▸ **YOUR TASK**
Below are some entries; state how many of their lines include the word "faces" and give no more than that number.

▸ **GIVEN DATA**
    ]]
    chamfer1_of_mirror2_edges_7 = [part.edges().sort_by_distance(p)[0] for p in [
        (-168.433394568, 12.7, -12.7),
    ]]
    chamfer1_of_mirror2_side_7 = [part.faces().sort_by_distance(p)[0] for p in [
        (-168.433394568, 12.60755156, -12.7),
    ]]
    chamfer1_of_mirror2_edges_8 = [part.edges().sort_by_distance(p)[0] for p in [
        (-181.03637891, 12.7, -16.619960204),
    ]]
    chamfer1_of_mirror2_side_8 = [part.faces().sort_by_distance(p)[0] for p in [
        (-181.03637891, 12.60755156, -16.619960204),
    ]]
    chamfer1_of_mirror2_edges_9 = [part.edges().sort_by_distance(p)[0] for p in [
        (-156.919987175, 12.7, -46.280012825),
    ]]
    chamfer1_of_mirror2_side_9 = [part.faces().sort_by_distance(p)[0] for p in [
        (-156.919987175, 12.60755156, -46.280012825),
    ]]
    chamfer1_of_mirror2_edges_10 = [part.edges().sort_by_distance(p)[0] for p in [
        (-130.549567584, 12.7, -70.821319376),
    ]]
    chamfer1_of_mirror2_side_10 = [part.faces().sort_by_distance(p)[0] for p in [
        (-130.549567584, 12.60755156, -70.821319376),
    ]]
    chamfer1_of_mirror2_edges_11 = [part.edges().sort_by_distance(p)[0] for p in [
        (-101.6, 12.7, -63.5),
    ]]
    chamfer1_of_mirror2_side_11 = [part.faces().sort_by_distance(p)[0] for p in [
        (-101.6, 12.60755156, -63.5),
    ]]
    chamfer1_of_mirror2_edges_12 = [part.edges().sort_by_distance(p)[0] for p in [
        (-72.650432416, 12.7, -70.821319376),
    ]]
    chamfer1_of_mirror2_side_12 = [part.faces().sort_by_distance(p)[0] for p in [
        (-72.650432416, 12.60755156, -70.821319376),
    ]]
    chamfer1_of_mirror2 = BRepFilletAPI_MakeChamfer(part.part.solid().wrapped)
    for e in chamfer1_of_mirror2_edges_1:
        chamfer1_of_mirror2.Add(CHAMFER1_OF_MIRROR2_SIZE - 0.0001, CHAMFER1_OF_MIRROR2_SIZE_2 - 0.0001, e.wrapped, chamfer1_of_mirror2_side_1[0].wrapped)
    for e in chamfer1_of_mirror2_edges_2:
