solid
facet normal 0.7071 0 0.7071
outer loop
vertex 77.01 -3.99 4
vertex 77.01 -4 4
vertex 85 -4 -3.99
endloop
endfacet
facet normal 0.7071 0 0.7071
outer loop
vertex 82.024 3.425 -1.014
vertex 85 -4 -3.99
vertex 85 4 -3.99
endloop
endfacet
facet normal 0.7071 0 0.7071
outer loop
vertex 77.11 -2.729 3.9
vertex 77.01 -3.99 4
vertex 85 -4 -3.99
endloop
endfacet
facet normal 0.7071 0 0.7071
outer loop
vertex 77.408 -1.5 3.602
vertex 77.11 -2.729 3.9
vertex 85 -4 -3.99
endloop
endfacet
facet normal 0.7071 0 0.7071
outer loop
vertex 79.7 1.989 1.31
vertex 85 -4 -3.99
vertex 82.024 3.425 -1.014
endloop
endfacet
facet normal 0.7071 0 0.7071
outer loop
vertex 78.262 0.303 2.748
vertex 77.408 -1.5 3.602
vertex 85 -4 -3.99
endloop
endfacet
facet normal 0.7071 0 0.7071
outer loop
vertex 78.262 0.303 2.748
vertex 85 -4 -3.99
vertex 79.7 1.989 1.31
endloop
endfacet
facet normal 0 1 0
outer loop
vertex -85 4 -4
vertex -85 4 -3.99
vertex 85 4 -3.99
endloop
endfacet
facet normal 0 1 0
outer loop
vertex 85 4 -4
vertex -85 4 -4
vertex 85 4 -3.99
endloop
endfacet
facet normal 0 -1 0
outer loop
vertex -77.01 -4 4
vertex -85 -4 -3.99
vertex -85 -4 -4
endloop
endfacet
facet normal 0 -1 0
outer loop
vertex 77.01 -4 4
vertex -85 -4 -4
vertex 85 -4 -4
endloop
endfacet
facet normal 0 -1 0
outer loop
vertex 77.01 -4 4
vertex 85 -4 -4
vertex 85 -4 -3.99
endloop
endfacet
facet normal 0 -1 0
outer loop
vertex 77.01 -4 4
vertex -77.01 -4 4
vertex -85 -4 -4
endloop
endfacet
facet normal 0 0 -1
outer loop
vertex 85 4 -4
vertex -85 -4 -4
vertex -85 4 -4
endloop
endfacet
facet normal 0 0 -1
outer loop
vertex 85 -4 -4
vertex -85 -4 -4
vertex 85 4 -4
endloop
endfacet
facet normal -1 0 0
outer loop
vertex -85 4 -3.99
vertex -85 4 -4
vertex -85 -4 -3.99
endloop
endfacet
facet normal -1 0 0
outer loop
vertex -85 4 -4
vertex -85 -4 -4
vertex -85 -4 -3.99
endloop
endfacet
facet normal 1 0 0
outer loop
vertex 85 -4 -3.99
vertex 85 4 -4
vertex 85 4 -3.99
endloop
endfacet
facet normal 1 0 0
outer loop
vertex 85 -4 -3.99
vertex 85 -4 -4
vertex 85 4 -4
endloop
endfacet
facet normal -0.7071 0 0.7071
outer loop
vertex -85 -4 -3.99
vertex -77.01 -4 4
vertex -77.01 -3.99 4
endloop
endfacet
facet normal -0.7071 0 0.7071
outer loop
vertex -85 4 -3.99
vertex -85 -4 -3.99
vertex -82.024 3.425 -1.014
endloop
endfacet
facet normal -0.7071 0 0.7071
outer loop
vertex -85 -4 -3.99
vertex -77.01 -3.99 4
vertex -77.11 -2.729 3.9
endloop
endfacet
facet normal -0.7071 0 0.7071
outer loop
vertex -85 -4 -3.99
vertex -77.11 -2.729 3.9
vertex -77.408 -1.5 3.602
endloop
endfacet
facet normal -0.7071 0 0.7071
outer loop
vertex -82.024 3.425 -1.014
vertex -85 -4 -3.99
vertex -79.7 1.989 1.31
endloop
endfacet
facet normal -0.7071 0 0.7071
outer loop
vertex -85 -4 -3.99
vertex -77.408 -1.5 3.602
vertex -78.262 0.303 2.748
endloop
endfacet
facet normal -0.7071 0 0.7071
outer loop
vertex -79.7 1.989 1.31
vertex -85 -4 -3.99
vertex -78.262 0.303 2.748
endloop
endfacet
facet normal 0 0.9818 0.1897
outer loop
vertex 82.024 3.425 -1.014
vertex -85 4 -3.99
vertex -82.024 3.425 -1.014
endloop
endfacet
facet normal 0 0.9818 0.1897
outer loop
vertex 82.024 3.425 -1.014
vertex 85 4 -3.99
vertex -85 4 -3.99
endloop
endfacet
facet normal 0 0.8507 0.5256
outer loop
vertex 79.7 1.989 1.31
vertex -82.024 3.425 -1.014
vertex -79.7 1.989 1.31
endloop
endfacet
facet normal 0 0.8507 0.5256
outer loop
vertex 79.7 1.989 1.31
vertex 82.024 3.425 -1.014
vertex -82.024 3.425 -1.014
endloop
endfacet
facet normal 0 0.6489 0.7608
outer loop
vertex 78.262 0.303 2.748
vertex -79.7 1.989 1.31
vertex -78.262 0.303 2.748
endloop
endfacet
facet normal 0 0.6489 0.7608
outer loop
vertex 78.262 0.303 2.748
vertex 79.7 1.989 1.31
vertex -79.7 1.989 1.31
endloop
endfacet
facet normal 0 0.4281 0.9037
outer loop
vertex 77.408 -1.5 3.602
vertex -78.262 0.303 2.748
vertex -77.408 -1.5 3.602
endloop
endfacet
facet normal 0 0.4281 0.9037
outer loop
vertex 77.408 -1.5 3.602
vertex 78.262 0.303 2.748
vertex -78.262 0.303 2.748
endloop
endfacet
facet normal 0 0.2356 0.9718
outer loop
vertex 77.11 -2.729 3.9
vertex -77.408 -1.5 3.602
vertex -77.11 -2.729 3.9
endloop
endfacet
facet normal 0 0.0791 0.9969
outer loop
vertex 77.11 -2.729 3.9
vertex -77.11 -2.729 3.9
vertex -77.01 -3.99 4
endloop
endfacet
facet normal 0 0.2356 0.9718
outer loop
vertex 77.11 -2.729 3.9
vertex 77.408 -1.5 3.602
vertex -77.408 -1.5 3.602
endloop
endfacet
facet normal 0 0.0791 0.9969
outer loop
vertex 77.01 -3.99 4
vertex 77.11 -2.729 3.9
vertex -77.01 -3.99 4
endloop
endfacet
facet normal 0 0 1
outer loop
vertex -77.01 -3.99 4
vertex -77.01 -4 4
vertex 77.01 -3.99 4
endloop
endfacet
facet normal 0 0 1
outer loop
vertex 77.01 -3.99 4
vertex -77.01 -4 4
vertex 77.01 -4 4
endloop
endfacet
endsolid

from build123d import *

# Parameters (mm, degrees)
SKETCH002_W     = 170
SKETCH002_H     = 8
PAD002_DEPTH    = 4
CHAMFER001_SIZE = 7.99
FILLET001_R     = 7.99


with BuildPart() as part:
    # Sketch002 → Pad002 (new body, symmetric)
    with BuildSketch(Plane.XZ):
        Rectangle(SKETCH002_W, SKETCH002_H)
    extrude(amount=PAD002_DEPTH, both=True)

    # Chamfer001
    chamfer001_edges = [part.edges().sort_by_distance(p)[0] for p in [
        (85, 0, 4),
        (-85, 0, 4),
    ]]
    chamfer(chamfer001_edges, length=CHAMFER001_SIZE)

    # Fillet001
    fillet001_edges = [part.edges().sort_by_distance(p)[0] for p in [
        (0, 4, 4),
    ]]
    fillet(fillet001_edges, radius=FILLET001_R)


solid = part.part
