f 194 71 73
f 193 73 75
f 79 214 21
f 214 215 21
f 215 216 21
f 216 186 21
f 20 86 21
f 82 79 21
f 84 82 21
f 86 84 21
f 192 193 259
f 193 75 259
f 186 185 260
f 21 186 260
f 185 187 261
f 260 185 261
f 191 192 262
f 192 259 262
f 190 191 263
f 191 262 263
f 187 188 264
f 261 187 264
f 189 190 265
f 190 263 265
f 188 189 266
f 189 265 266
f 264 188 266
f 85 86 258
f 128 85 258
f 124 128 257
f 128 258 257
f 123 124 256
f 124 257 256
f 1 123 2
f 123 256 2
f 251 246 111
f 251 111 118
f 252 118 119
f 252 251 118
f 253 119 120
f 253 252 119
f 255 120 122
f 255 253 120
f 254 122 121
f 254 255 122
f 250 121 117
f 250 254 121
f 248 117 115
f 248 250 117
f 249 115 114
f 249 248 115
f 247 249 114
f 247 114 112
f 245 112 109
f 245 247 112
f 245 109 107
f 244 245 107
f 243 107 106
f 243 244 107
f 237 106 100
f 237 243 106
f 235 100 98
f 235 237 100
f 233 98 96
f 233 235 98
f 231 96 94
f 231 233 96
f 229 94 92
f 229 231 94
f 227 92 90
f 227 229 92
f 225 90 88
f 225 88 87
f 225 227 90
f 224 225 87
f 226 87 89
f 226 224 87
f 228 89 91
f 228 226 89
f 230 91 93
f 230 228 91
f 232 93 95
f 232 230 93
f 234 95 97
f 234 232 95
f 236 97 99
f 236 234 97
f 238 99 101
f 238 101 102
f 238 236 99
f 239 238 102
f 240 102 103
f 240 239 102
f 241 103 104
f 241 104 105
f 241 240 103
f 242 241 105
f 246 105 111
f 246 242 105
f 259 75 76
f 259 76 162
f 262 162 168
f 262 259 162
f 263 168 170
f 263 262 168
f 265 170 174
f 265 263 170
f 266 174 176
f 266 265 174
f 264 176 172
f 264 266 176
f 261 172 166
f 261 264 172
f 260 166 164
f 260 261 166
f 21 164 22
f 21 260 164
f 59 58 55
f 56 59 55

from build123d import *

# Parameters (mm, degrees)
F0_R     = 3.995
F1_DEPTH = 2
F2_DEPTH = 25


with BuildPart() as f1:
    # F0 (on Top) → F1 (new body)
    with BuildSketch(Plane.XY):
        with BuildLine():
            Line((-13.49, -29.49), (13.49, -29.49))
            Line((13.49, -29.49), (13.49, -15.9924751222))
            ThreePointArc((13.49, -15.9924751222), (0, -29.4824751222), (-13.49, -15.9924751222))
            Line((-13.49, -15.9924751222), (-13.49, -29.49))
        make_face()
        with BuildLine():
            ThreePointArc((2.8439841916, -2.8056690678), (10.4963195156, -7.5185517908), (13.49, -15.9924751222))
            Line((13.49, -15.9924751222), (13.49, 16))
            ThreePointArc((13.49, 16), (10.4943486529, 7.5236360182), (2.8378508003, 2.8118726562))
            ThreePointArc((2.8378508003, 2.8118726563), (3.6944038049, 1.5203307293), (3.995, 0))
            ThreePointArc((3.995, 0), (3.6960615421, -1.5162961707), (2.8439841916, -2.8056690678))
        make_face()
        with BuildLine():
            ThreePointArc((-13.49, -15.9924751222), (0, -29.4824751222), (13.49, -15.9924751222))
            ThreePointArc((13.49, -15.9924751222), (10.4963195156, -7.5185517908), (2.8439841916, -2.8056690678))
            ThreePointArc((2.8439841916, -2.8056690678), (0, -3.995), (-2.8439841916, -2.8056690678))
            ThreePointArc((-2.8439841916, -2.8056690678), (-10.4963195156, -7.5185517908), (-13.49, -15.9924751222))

▸ **RESPONSE**
6